Well, to check, you could set up a function that creates the folder if and only if it doesn't already exist.

Code:



Code:


#include <windows.h>
#include <iostream>

CreateDirectory (char *DirName, SECURITY_ATTRIBUTES Attribs);

void CreateDirectory (char *DirName, SECURITY_ATTRIBUTES Attribs)
{
       if(!CreateDirectory("c:\\\\mydir", NULL)) 
           std::cout << "Creating failed"; 
       else
           std::cout << "Success!";
}


----------



## AMD+nVidia

Quote:


Originally Posted by *godsgift2dagame* 
Well, to check, you could set up a function that creates the folder if and only if it doesn't already exist.

Code:



Code:


#include <windows.h>
#include <iostream>

CreateDirectory (char *DirName, SECURITY_ATTRIBUTES Attribs);

void CreateDirectory (char *DirName, SECURITY_ATTRIBUTES Attribs)
{
       if(!CreateDirectory("c:\\\\mydir", NULL)) 
           std::cout << "Creating failed"; 
       else
           std::cout << "Success!";
}


This looks like exactly what I want, I will try it now


----------



## godsgift2dagame

_It work?_


----------



## AMD+nVidia

Sorry I'm just not smart enough to do this, I'm scrapping the project


----------



## godsgift2dagame

Quote:


Originally Posted by *AMD+nVidia* 
Sorry I'm just not smart enough to do this, I'm scrapping the project









Show the code...someone might be able to help, bud.


----------



## AMD+nVidia

Quote:


Originally Posted by *godsgift2dagame* 
Show the code...someone might be able to help, bud.
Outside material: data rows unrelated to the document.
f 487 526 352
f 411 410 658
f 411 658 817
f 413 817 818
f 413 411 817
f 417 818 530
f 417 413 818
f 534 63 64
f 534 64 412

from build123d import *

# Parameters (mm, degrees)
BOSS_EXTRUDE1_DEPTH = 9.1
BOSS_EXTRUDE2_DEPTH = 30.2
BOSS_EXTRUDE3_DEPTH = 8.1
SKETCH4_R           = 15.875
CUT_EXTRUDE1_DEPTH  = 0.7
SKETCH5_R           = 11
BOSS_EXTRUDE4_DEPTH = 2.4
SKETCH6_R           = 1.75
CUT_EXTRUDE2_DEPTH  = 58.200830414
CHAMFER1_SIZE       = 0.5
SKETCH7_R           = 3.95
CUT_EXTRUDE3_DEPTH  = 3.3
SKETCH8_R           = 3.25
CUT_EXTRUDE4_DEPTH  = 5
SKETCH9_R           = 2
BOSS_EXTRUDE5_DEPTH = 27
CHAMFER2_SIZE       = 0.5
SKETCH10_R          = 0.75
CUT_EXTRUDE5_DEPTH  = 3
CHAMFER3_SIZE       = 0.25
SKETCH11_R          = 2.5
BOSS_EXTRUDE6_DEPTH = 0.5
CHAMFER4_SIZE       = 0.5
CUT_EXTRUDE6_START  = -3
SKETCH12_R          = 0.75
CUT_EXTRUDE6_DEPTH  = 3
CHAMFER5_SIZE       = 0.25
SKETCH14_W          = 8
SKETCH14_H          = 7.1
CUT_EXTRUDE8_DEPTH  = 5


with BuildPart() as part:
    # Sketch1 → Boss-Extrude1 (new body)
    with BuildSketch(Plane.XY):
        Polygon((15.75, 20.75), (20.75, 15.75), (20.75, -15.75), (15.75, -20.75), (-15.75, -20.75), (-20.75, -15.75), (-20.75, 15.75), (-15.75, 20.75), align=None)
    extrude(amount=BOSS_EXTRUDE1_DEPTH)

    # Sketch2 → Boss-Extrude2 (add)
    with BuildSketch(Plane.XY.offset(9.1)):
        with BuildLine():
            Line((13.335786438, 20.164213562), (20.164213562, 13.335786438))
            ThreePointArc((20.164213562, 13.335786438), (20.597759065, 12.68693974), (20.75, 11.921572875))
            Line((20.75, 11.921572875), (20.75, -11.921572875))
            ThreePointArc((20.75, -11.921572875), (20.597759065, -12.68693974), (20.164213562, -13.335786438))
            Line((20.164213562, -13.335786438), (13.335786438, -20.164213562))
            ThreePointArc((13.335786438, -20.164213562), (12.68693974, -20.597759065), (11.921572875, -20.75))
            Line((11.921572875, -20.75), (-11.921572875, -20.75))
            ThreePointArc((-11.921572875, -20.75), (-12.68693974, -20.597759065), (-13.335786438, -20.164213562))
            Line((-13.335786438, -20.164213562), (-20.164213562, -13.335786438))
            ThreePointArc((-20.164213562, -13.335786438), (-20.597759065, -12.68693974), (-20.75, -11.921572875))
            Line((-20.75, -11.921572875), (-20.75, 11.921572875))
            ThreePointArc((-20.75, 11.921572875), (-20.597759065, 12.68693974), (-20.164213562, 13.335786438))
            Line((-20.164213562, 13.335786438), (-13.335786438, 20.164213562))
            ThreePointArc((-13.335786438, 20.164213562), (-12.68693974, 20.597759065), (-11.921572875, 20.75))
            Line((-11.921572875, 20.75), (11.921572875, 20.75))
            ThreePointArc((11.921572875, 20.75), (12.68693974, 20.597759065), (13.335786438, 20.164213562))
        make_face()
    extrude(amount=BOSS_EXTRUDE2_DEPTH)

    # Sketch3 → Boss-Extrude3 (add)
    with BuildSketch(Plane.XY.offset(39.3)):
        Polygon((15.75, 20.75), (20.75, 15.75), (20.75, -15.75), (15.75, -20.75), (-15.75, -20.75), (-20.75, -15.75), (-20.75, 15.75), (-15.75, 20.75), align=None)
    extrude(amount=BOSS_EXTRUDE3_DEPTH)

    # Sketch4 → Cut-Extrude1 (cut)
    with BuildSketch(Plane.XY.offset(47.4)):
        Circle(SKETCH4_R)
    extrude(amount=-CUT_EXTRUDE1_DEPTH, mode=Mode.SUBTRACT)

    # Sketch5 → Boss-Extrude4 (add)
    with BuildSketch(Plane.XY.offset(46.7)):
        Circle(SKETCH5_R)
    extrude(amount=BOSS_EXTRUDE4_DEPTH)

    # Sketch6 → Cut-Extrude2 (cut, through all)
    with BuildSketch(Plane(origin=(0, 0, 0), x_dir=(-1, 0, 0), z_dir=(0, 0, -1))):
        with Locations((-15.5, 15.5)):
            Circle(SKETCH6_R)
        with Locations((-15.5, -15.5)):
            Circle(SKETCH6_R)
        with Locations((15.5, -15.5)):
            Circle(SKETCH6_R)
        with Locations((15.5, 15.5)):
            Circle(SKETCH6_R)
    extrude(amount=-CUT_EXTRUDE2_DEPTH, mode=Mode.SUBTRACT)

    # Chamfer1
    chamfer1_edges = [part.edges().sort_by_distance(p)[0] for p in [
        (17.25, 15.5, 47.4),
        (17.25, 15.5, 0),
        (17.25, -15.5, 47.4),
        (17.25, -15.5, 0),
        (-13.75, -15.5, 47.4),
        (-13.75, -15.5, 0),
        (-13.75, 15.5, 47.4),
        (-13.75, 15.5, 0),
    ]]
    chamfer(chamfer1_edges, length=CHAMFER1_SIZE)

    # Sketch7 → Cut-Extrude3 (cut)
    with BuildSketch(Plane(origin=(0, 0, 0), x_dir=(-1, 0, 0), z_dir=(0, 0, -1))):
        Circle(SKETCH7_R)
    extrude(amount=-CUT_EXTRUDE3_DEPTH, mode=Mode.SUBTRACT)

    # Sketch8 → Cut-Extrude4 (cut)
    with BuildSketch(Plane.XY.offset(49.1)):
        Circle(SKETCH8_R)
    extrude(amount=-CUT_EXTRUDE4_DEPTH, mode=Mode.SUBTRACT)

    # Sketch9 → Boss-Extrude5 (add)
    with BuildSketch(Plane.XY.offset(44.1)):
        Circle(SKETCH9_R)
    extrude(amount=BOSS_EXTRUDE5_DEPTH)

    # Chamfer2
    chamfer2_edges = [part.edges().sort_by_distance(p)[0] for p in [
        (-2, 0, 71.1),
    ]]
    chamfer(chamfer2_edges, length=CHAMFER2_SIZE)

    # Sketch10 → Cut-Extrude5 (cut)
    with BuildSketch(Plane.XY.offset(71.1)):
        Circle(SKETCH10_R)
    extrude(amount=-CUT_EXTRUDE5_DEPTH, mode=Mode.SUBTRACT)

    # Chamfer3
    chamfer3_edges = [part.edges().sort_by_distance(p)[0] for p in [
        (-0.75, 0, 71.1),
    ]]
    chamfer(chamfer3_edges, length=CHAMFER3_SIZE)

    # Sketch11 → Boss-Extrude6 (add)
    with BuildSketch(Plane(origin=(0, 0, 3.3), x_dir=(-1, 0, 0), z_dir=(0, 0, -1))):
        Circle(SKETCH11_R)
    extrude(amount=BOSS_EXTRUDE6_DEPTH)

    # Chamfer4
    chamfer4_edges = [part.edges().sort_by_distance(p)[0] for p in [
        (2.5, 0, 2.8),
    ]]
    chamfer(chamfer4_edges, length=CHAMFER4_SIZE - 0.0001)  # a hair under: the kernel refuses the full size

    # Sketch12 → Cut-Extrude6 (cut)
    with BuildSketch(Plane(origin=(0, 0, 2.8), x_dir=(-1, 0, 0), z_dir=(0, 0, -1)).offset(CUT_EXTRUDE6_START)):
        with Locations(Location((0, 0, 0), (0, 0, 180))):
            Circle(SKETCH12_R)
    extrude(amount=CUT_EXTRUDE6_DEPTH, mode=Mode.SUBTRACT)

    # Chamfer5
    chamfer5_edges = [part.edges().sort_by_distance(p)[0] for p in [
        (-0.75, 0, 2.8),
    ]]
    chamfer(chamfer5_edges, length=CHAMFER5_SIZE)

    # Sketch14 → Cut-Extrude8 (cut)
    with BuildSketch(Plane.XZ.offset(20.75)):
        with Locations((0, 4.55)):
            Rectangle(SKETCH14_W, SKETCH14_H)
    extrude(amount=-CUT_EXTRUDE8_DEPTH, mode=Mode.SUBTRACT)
Nah, I have to look up every line and thing.

This was just supposed to be a fun project, I need to learn more first


----------



## Nakurusin

Well I know you've somewhat given up, but for others who read it or perhaps yourself in future... If using the Windows API, there are usually a few ways to check, personally as a quick fix way I use GetFileAttributes() which can be used on a folder directory aswell as an actual file.

Example:

Code:



Code:


if ((GetFileAttributes(cLocati.c_str())) == INVALID_FILE_ATTRIBUTES)
{
cout << "Directory doesn't exist\
";
CreateDirectory(cLocati.c_str(), 0);
cout << "Directory Created\
";
}

What that does is it looks to get the Attributes for cLocati (which is of type std::string) that string is a location for a folder, not a file, when the folder does not exist, GetFileAttributes returns INVALID_FILE_ATTRIBUTES, as it can't gather any attributes, this indicates whether or not the folder exists, if that is the case, it executes the code in the brackets & proceeds to create the directory.

I will note there maybe a better way, I wrote that little part of code very quickly when testing something later in my code & I realised that a big error occured whenever the directory didn't exist, so wrote that as a quick fix temporarily, but I don't see why it can't be adapted somewhat.

http://msdn.microsoft.com/en-us/libr...44(VS.85).aspx


----------



## error10

If you want portable code, use stat(). (C function)

Code:



Code:


#include <sys/stat.h>

bool file_exists(string filename) {
    struct stat fileinfo;

    return !stat(filename.c_str(), &fileinfo);
}


----------



## Nakurusin

Quote:


Originally Posted by *error10* 
If you want portable code, use stat(). (C function)

Code:



Code:


#include <sys/stat.h>

bool file_exists(string filename) {
    struct stat fileinfo;

    return !stat(filename.c_str(), &fileinfo);
}


I would like to add however that while sys/stat.h is more cross-platform portable it is also non-standard C/C++ like the Windows API.

@error10: I'm just posting this while quoting you to add onto your post for clarity, as some may assume because it is portable that it is standard.


----------



## error10

Quote:


Originally Posted by *Nakurusin* 
I would like to add however that while sys/stat.h is more cross-platform portable it is also non-standard C/C++ like the Windows API.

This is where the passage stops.